Ms Haley needs a boost in New Hampshire if she wants to avoid losing the state she led as governor until she joined the Trump administration in 2017. Mr Trump has won the backing of South Carolina Senator Tim Scott, whom Ms Haley appointed to the senate and who dropped out of the presidential race before voting had begun. During a rally in Manchester, New Hampshire on Saturday, Mr Trump invited several top officials from the state up on stage, including current South Carolina Governor Henry McMaster.

“New Hampshire is for Trump. South Carolina is too. We’ll see you at the finish line,” the governor told the crowd.

To add insult to injury, Rep Nancy Mace, who represents the South Carolina district where Ms Haley lives, has also endorsed Mr Trump.

To win on Tuesday, Ms Haley would need massive support from independents and unaffiliated voters, who can vote in the GOP primary under New Hampshire rules. This includes people who may see themselves as Democrats but who choose to cross the aisle to vote against Mr Trump.
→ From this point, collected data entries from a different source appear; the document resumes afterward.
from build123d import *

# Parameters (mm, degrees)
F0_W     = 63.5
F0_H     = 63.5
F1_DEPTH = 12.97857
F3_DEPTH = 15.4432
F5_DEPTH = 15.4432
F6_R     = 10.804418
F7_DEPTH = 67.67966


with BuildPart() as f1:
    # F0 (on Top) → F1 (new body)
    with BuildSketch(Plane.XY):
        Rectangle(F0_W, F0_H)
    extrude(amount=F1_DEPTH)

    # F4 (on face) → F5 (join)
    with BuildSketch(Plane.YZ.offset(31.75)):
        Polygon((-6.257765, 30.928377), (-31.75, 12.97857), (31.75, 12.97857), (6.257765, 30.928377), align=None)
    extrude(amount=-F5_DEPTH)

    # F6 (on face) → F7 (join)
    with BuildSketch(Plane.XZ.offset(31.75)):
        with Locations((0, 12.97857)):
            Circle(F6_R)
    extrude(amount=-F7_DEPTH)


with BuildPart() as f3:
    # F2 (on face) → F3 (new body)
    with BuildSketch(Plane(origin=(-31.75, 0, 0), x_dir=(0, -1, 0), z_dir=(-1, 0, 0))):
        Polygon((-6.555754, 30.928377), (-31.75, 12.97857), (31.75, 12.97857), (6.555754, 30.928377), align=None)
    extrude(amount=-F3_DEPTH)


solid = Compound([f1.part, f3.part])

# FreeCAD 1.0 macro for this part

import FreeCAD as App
import Part
import Sketcher
Q = App.Units.Quantity

doc = App.newDocument("Part")
params = doc.addObject("Spreadsheet::Sheet", "Params")
for row, (alias, value) in enumerate([
    ("sketch1_width", "2.5 in"),
    ("pad1_length", "12.97857 mm"),
    ("sketch2_width", "2.5 in"),
    ("pad2_length", "0.608 in"),
    ("pad3_length", "67.67966 mm"),
    ("sketch4_width", "2.5 in"),
    ("pad4_length", "0.608 in"),
], start=1):
    params.set(f"A{row}", alias)
    params.set(f"B{row}", "=" + value)
    params.setAlias(f"B{row}", alias)

body = doc.addObject("PartDesign::Body", "Body")

# Sketch on XY plane
sketch1 = doc.addObject("Sketcher::SketchObject", "Sketch")
body.addObject(sketch1)
sketch1.AttachmentSupport = (doc.XY_Plane, [""])
sketch1.MapMode = "FlatFace"
sketch1.addGeometry([
    Part.LineSegment(App.Vector(-32, 32, 0), App.Vector(-32, -32, 0)),
    Part.LineSegment(App.Vector(-32, -32, 0), App.Vector(32, -32, 0)),
    Part.LineSegment(App.Vector(32, -32, 0), App.Vector(32, 32, 0)),
    Part.LineSegment(App.Vector(32, 32, 0), App.Vector(-32, 32, 0)),
], False)
sketch1.addConstraint([
    Sketcher.Constraint("Coincident", 0, 2, 1, 1),
    Sketcher.Constraint("Coincident", 1, 2, 2, 1),
    Sketcher.Constraint("Coincident", 2, 2, 3, 1),
    Sketcher.Constraint("Coincident", 3, 2, 0, 1),
    Sketcher.Constraint("Vertical", 0),
    Sketcher.Constraint("Horizontal", 1),
    Sketcher.Constraint("Vertical", 2),
    Sketcher.Constraint("Horizontal", 3),
    Sketcher.Constraint("Symmetric", 0, 2, 2, 2, -1, 1),
    Sketcher.Constraint("Equal", 3, 0),
    Sketcher.Constraint("DistanceX", 1, 1, 1, 2, Q("2.5 in")),
])
sketch1.setExpression("Constraints[10]", "Params.sketch1_width")
pad1 = doc.addObject("PartDesign::Pad", "Pad")
body.addObject(pad1)
pad1.Profile = sketch1
pad1.setExpression("Length", "Params.pad1_length")

# Sketch on YZ plane
sketch2 = doc.addObject("Sketcher::SketchObject", "Sketch001")
body.addObject(sketch2)
sketch2.AttachmentSupport = (doc.YZ_Plane, [""])
sketch2.MapMode = "FlatFace"
sketch2.AttachmentOffset = App.Placement(App.Vector(0, 0, 1.25 * 25.4), App.Rotation())
sketch2.addGeometry([
    Part.LineSegment(App.Vector(-6, 31, 0), App.Vector(-32, 13, 0)),
    Part.LineSegment(App.Vector(-32, 13, 0), App.Vector(32, 13, 0)),
    Part.LineSegment(App.Vector(32, 13, 0), App.Vector(6, 31, 0)),
    Part.LineSegment(App.Vector(6, 31, 0), App.Vector(-6, 31, 0)),
], False)
sketch2.addConstraint([
    Sketcher.Constraint("Coincident", 0, 2, 1, 1),
    Sketcher.Constraint("Coincident", 1, 2, 2, 1),
    Sketcher.Constraint("Coincident", 2, 2, 3, 1),
    Sketcher.Constraint("Coincident", 3, 2, 0, 1),
    Sketcher.Constraint("Horizontal", 1),
    Sketcher.Constraint("Horizontal", 3),
    Sketcher.Constraint("Equal", 0, 2),
    Sketcher.Constraint("DistanceX", 1, 1, 1, 2, Q("2.5 in")),
    Sketcher.Constraint("DistanceX", 0, 2, -1, 1, Q("1.25 in")),
    Sketcher.Constraint("DistanceX", 3, 2, 3, 1, 12.51553),
    Sketcher.Constraint("Distance", 0, 31.17771),
    Sketcher.Constraint("DistanceY", -1, 1, 0, 2, 12.97857),
])
sketch2.setExpression("Constraints[7]", "Params.sketch2_width")
pad2 = doc.addObject("PartDesign::Pad", "Pad001")
body.addObject(pad2)
pad2.Profile = sketch2
pad2.setExpression("Length", "Params.pad2_length")
pad2.Reversed = True

# Sketch on XZ plane
sketch3 = doc.addObject("Sketcher::SketchObject", "Sketch002")
body.addObject(sketch3)
sketch3.AttachmentSupport = (doc.XZ_Plane, [""])
sketch3.MapMode = "FlatFace"
sketch3.AttachmentOffset = App.Placement(App.Vector(0, 0, 1.25 * 25.4), App.Rotation())
sketch3.addGeometry(Part.Circle(App.Vector(0, 13, 0), App.Vector(0, 0, 1), 11), False)
sketch3.addConstraint([
    Sketcher.Constraint("PointOnObject", 0, 3, -2),
    Sketcher.Constraint("Diameter", 0, 21.608836),
    Sketcher.Constraint("DistanceY", -1, 1, 0, 3, 12.97857),
])
pad3 = doc.addObject("PartDesign::Pad", "Pad002")
body.addObject(pad3)
pad3.Profile = sketch3
pad3.setExpression("Length", "Params.pad3_length")
pad3.Reversed = True
body2 = doc.addObject("PartDesign::Body", "Body001")

# Sketch on YZ plane
sketch4 = doc.addObject("Sketcher::SketchObject", "Sketch003")
body2.addObject(sketch4)
sketch4.AttachmentSupport = (doc.getObject("YZ_Plane001"), [""])
sketch4.MapMode = "FlatFace"
sketch4.AttachmentOffset = App.Placement(App.Vector(0, 0, -1.25 * 25.4), App.Rotation())
sketch4.addGeometry([
    Part.LineSegment(App.Vector(7, 31, 0), App.Vector(32, 13, 0)),
    Part.LineSegment(App.Vector(32, 13, 0), App.Vector(-32, 13, 0)),
    Part.LineSegment(App.Vector(-32, 13, 0), App.Vector(-7, 31, 0)),
    Part.LineSegment(App.Vector(-7, 31, 0), App.Vector(7, 31, 0)),
], False)
sketch4.addConstraint([
    Sketcher.Constraint("Coincident", 0, 2, 1, 1),
    Sketcher.Constraint("Coincident", 1, 2, 2, 1),
    Sketcher.Constraint("Coincident", 2, 2, 3, 1),
    Sketcher.Constraint("Coincident", 3, 2, 0, 1),
    Sketcher.Constraint("Horizontal", 1),
    Sketcher.Constraint("Horizontal", 3),
    Sketcher.Constraint("Equal", 0, 2),
    Sketcher.Constraint("DistanceX", 1, 2, 1, 1, Q("2.5 in")),
    Sketcher.Constraint("DistanceX", -1, 1, 0, 2, Q("1.25 in")),
    Sketcher.Constraint("DistanceX", 3, 1, 3, 2, 13.111508),
    Sketcher.Constraint("DistanceY", -1, 1, 0, 2, 12.97857),
    Sketcher.Constraint("Distance", 0, 30.934537),
])
sketch4.setExpression("Constraints[7]", "Params.sketch4_width")
pad4 = doc.addObject("PartDesign::Pad", "Pad003")
body2.addObject(pad4)
pad4.Profile = sketch4
pad4.setExpression("Length", "Params.pad4_length")

doc.recompute()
She would also need to see a large turnout from her base of moderates and the shrinking group of college-graduate Republicans, in combination with a limited loss in her support among conservatives, and an increase in support from those who backed former New Jersey Governor Chris Christie and supporters of the state’s popular Republican Governor Chris Sununu, who has endorsed and campaigned for her.

Similarly, women who don’t want to vote for Mr Trump, who has a history of misogynic behaviour, could help bring Ms Haley across the finish line in New Hampshire.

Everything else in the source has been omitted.